BTW nice to see dame dench in something other than touchy feely dramas or james bonds.


Although it doesn't seem like it, i've quite enjoyed it. might even watch it again....


----------



## Princess Ivy (Apr 3, 2005)

*Re: Chronicles of Riddick*

mmmm, ok, but the original is as always much better.


----------



## Chimeco (Apr 3, 2005)

*Re: Chronicles of Riddick*

Both Pitch Black and Chronicles are about the character Riddick. He's never just been "riddick the average criminal". He's also been consistently characterized as the evil hero, by the directors, producers and story writers; and Vin Diesel himself. A character that is ruthless, non-caring and forced to fight a greater evil for his survival. I wouldn't look at it as a Hollywood makeover --someone has to win afterall.


----------



## Princess Ivy (Apr 3, 2005)

*Re: Chronicles of Riddick*

its not a case of win or lose, sorry, 

****************SPOILERS**********************again
in pitch black, he was saving himslef, with a twisted morality. but he was prepared to let them die to save himself, in the cave.
in Chronicles, hes trusted the holy man (he ridiculed him in pitch black) and saves the universe for 'jack'. hes not the same character. hes suddenly been given a morality that fits into 'hollywoods' view point of a hero, and any niggly little bits can be explained away because hes a 'furian'. sorry to rant on, but its really getting my goat. riddick was a fantastic character in pitch black. we could all understand him, maybe even empathise a little. no not like, but since when is that a quality that a hero has to have? chronicles has been sanatised horribly. 
Riddick was human, maybe not the standardised view of human, but a heck of a lot more true than the 'moral baddie' that hollywood has spun in our faces for so long. full of flaws and problems, now hes a paragon. a superhuman or alien (depending on the chronicles version of furian) of his former self. i'd prefer to keep the pitch black version thank you very much.
the prelogue by dame dench suggests that evil is needed to defeat evil, and yet riddick in chronicles is a nice misunderstood antihero.


----------



## Princess Ivy (Apr 3, 2005)

*Re: Chronicles of Riddick*



			
				Chimeco said:
			
		

> Both Pitch Black and Chronicles are about the character Riddick.
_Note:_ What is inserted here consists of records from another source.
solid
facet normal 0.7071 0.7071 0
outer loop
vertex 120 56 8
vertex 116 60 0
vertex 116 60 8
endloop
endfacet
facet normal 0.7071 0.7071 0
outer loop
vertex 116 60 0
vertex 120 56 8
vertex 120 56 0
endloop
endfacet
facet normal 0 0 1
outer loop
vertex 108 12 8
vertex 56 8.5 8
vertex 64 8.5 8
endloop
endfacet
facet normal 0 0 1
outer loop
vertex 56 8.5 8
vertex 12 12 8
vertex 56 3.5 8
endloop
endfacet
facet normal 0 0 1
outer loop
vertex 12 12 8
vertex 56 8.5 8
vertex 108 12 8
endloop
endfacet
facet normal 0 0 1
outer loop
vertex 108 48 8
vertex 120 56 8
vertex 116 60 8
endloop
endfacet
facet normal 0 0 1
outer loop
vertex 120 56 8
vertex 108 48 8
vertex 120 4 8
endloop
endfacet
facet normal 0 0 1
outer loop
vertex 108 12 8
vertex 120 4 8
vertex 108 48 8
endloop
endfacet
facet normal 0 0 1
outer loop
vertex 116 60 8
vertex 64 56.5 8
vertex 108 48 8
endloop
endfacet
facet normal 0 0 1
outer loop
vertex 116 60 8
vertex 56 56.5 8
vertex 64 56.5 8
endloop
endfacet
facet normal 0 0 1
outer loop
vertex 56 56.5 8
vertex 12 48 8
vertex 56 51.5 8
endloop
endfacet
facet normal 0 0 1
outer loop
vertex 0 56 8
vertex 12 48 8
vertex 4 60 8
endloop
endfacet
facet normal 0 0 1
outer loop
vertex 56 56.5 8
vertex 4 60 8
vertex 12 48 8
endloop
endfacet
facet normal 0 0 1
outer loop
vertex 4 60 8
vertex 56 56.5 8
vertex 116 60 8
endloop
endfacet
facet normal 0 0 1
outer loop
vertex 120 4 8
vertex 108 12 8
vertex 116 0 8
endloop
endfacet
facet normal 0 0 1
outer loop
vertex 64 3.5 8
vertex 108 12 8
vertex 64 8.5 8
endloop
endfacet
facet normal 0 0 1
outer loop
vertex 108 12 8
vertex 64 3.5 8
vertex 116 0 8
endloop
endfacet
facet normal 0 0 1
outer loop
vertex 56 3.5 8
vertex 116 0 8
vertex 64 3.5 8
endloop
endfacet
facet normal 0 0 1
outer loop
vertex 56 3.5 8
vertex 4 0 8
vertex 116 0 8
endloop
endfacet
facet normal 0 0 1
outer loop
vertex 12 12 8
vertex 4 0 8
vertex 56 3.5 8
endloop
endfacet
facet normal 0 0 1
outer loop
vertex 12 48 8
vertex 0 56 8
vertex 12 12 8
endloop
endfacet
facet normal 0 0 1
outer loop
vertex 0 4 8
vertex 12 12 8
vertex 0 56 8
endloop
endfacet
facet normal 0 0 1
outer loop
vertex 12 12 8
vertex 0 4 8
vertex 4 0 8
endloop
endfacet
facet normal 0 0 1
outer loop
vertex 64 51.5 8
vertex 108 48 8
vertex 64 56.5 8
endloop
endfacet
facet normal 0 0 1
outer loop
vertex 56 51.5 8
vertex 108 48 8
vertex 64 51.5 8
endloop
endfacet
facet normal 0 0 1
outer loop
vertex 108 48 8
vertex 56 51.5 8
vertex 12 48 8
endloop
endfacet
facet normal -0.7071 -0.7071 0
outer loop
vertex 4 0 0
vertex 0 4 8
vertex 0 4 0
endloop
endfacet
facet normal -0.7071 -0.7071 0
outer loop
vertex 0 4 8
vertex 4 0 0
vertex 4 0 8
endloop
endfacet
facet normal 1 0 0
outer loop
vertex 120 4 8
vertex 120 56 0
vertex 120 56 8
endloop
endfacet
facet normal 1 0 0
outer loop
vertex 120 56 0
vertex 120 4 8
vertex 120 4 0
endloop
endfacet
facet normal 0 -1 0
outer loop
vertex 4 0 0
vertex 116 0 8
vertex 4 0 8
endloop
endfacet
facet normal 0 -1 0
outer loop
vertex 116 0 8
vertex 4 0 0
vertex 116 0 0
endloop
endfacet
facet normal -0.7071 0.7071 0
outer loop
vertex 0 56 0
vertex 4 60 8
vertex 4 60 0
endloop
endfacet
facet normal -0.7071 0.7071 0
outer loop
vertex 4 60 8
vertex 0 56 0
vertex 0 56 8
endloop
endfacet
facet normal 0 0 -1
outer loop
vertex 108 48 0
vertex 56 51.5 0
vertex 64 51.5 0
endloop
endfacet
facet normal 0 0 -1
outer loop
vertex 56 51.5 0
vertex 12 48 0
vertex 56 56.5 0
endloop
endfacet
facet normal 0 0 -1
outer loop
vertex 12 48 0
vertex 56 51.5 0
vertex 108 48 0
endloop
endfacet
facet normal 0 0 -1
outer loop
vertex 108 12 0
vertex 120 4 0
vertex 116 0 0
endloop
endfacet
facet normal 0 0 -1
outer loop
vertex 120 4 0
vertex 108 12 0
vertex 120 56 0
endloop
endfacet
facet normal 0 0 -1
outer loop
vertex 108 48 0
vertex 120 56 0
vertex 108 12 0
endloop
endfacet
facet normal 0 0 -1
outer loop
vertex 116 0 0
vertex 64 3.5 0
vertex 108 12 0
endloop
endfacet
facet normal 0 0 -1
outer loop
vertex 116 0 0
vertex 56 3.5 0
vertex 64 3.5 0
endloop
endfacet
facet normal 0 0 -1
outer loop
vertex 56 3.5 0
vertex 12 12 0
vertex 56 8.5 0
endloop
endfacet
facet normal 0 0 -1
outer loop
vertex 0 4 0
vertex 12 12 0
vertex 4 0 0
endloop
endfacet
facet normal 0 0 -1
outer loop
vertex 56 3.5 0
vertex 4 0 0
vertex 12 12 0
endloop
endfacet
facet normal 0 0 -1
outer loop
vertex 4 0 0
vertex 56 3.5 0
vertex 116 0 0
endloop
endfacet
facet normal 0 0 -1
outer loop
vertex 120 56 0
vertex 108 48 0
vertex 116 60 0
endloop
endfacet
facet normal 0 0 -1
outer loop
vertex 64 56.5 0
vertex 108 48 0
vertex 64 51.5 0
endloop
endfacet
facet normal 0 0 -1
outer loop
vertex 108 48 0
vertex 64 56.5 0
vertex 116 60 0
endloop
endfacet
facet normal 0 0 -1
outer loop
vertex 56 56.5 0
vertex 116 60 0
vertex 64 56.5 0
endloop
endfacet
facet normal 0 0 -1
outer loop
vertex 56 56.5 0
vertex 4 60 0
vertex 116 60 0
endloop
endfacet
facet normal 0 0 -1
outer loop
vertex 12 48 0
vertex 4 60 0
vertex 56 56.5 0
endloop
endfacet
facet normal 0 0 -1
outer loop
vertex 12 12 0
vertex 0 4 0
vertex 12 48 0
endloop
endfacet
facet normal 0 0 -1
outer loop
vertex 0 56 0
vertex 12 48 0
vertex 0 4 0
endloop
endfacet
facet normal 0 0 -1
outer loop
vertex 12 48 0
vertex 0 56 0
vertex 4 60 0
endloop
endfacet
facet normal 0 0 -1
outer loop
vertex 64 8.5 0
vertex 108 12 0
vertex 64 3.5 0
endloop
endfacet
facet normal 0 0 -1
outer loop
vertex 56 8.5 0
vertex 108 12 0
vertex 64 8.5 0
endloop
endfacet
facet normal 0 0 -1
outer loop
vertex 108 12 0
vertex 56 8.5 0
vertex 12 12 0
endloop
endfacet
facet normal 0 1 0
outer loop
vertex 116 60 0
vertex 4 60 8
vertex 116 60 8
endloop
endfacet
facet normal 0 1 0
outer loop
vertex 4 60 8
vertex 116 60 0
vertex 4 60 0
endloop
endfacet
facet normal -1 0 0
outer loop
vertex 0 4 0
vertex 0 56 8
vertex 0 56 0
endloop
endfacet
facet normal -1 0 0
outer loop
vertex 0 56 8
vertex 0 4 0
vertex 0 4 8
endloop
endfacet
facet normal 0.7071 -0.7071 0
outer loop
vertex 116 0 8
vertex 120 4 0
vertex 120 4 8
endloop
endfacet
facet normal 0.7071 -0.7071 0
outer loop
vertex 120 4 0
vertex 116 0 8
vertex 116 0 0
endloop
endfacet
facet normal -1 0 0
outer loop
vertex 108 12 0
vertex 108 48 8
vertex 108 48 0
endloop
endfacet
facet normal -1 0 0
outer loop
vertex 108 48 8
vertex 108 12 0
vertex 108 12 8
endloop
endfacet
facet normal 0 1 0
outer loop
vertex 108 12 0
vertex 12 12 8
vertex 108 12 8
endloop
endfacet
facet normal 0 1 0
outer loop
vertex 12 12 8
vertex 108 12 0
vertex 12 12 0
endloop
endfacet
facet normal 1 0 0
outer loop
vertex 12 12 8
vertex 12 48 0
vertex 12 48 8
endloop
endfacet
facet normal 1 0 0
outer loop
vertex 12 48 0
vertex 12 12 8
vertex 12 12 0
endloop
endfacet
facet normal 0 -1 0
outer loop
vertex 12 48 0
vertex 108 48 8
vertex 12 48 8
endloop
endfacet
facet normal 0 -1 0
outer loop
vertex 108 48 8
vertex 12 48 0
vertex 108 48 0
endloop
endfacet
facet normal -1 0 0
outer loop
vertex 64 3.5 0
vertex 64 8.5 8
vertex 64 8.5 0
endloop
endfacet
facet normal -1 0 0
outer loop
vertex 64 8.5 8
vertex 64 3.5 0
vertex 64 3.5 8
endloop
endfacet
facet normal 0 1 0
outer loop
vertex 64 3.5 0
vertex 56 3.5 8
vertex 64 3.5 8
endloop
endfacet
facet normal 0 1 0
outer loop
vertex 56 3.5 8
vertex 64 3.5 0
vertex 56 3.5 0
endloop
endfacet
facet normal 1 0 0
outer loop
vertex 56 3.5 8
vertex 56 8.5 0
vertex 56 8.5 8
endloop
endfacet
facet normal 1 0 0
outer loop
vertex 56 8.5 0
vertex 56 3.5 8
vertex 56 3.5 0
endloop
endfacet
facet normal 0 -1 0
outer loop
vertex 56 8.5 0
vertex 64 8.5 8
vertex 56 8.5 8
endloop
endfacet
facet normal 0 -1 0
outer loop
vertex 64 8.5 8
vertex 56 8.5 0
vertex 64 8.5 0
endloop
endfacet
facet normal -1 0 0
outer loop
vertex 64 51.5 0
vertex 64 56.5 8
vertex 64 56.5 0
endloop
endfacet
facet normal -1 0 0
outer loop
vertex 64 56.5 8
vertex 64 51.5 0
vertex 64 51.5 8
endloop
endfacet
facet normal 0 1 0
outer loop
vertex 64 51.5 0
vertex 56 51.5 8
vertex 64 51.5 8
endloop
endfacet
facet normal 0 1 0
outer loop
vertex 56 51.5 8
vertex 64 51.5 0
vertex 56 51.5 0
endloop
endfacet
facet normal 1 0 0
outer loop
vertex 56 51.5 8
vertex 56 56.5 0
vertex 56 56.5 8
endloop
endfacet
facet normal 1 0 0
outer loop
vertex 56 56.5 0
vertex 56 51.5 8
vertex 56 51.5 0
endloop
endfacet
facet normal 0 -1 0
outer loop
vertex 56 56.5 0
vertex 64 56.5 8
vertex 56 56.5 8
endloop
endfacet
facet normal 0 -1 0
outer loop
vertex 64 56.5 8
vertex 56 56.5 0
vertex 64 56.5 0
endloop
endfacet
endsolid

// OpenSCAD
$fn = 32;

// ----------------------------------------------------------------------
// Frame plate: 120 x 60 frame, 12 mm rails
// ----------------------------------------------------------------------

// --- parameters (mm) ---
plate_l = 120;            // plate length, X
plate_w = 60;             // plate width, Y
plate_t = 8;              // plate thickness, Z (extrusion height)
corner_c = 4;             // corner chamfer
frame_bar = 12;           // frame rail width
slot_l = 8;               // adjustment slot length
slot_w = 5;               // adjustment slot width

win_l = plate_l - 2 * frame_bar;  // window length
win_w = plate_w - 2 * frame_bar;  // window width

profile = [[4, 0], [116, 0], [120, 4], [120, 56], [116, 60], [4, 60], [0, 56], [0, 4]];  // primary outline, 8 points, counter clockwise
void_1 = [[12, 12], [108, 12], [108, 48], [12, 48]];  // the window, 4 points
void_2 = [[56, 3.5], [64, 3.5], [64, 8.5], [56, 8.5]];  // adjustment slot, 4 points
void_3 = [[56, 51.5], [64, 51.5], [64, 56.5], [56, 56.5]];  // adjustment slot, 4 points

// --- the one profile operation ---
difference() {
  linear_extrude(height = plate_t) polygon(points = profile);
  translate([0, 0, -1])
    linear_extrude(height = plate_t + 2) polygon(points = void_1);
  translate([0, 0, -1])
    linear_extrude(height = plate_t + 2) polygon(points = void_2);
  translate([0, 0, -1])
    linear_extrude(height = plate_t + 2) polygon(points = void_3);
}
He's never just been "riddick the average criminal".


again i'm harping, 
***********SPOILERS****************

in pitch black he was just a criminal. jonas had caught him, and in fact caught him again twice more! (or was jonas a 'furian'? )


----------



## littlemissattitude (Apr 3, 2005)

*Re: Chronicles of Riddick*

I've never seen "Pitch Black" and I'm not a big Vin Diesel fan, but I have to say that I quite liked "Chronicles of Riddick".  It isn't a film I would have gone to the theatre to see or rented on my own, but my best friend has it and I watched it while I was staying with her when my mother was in the rehab for her hip.  It took me a little while to get into it - I was reading a book when she first put the DVD on - but it managed to catch my attention and then keep it to the end of the film.


----------



## Chimeco (Apr 3, 2005)

*Re: Chronicles of Riddick*

Ivy, I have to disagree.  He was portrayed as a super-criminal in Pitch Black; super as in escaping two maximum security prisons, and being a bit of a legendary thing for it.  Above average intelligence.  Above average strength and endurance.  And above average survival instinct.  
In Pitch Black, his character was portrayed as a ruthless killer up until the end, where you find out that he's actually human.  He saves the young girl and holy man, and attempts to save the female pilot.  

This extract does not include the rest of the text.